Paul Bischoff, privacy advocate with Comparitech, wrote, “Tesla seems to have an operational security issue at its service centers that allow its computers to be resold without wiping the previous owners data. The service centers are either not destroying them well enough to make data unrecoverable, or technicians are selling the old computers to make a profit, or both. If you plan on upgrading the computer in your Tesla, be sure to use the factory reset option to wipe all of the data beforehand.”
And Javvad Malik, Security Awareness Advocate at KnowBe4, pointed out that, "Second-hand electronics can be a treasure trove of information for criminals. If organisations do not adequately wipe previous information, any information stored relating to previous owners or organisations can be viewed, resulting in a security and privacy breach. It's therefore essential that organisations which provide devices have mechanisms that allow users to easily and securely erase all data contained prior to returning or selling it."
The curious dialectic of privacy and exhibitionism.

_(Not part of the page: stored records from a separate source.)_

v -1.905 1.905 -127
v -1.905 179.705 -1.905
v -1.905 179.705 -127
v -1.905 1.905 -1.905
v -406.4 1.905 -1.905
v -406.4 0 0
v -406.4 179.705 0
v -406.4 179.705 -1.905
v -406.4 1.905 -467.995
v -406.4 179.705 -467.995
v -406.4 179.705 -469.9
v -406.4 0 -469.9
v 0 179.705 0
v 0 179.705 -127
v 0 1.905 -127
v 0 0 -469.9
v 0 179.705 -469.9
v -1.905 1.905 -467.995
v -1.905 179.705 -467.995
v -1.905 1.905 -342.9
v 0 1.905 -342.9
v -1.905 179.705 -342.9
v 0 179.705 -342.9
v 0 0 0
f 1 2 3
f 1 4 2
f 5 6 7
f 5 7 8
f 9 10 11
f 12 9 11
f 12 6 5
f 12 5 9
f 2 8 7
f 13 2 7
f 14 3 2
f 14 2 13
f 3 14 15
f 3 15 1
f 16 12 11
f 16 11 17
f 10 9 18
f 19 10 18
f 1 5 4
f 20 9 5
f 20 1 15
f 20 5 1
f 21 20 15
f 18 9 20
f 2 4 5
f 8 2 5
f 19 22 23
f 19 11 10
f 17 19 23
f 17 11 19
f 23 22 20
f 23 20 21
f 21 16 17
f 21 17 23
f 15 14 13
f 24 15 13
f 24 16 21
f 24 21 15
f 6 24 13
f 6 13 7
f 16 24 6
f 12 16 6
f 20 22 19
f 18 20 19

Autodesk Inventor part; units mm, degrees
ref_plane "YZ Plane" through (0, 0, 0) normal (1, 0, 0) x (0, 1, 0)
ref_plane "XZ Plane" through (0, 0, 0) normal (0, 1, 0) x (-1, 0, 0)
ref_plane "XY Plane" through (0, 0, 0) normal (0, 0, 1) x (1, 0, 0)
sketch "Sketch1" plane through (0, 0, 0) normal (0, 1, 0) x (-1, 0, 0)
  line L0 (0, 0) -> (406.4, 0)
  line L1 (406.4, 0) -> (406.4, -469.9)
  line L2 (406.4, -469.9) -> (0, -469.9)
  line L3 (0, -469.9) -> (0, 0)
  dimension "d0" = 406.4
  dimension "d1" = 469.9
extrude "Extrusion1" add sketch "Sketch1" along normal blind 1.905
sketch "Sketch2" plane through (0, 1.905, 0) normal (0, 1, 0) x (1, 0, 0)
  line L0 (-406.4, 469.9) -> (-406.4, 0) projected
  line L1 (0, 0) -> (0, 469.9) projected
  line L2 (-406.4, 0) -> (0, 0)
  line L3 (0, 0) -> (0, 1.905)
  line L4 (-1.905, 1.905) -> (-406.4, 1.905)
  line L5 (-406.4, 1.905) -> (-406.4, 0)
  line L6 (0, 469.9) -> (-406.4, 469.9) projected
  line L7 (0, 0) -> (-52.705, 0)
  line L8 (-1.905, 1.905) -> (-1.905, 467.995)
  line L9 (-1.905, 469.9) -> (0, 469.9)
  line L10 (0, 469.9) -> (0, 0)
  line L11 (0, 469.9) -> (-406.4, 469.9)
  line L12 (-406.4, 469.9) -> (-406.4, 467.995)
  line L13 (-406.4, 467.995) -> (-1.905, 467.995)
  line L14 (0, 467.995) -> (0, 469.9)
  dimension "d4" = 1.905
  dimension "d5" = 1.905
  dimension "d6" = 1.905
  dimension "d13" = 1.905
extrude "Extrusion2" add sketch "Sketch2" along normal blind 177.8 contours L6 L1 L2 L0 L4 L8 L13
sketch "Sketch3" plane through (0, 179.705, 0) normal (0, 1, 0) x (1, 0, 0)
  line L0 (-1.905, 467.995) -> (-1.905, 1.905) projected
  line L1 (0, 469.9) -> (0, 0) projected
  line L2 (-1.905, 342.9) -> (0, 342.9)
  line L3 (0, 342.9) -> (0, 127)
  line L4 (0, 127) -> (-1.905, 127)
  line L5 (-1.905, 127) -> (-1.905, 342.9)
  line L6 (-406.4, 0) -> (0, 0) projected
  line L7 (0, 469.9) -> (-406.4, 469.9) projected
  dimension "d9" = 127
  dimension "d10" = 127
extrude "Extrusion3" cut sketch "Sketch3" against normal blind 177.8
properties part number "hopper_bottom2"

Not that this would affect anyone reading this, but you may as well know that the adult streaming site CAM4, which belongs to Granity Entertainment, has let more hang out than it no doubt intended. Researchers at the Safety Detectives found an unsecured Elastic Search database containing more than seven terabytes of data, most of it personal, affecting an unknown number of users. If email addresses are taken to be a reliable proxy for users, then eleven-million email addresses were among the data on display.
Also out there was the sort of personal information one would expect to be shared by those wishing to customize and optimize their user experience. It's not known how many users CAM4 has, but it enjoys an international clientele. Americans, Brazilians, and Italians appear to be the friskiest of those represented in the database, with the Russians bringing up a sad and distant rear.
CAM4 is said to feature mostly amateur models who work for tips, although how one could work, even for tips, and remain a true amateur is unclear. Not that you would, of course, but don't go there.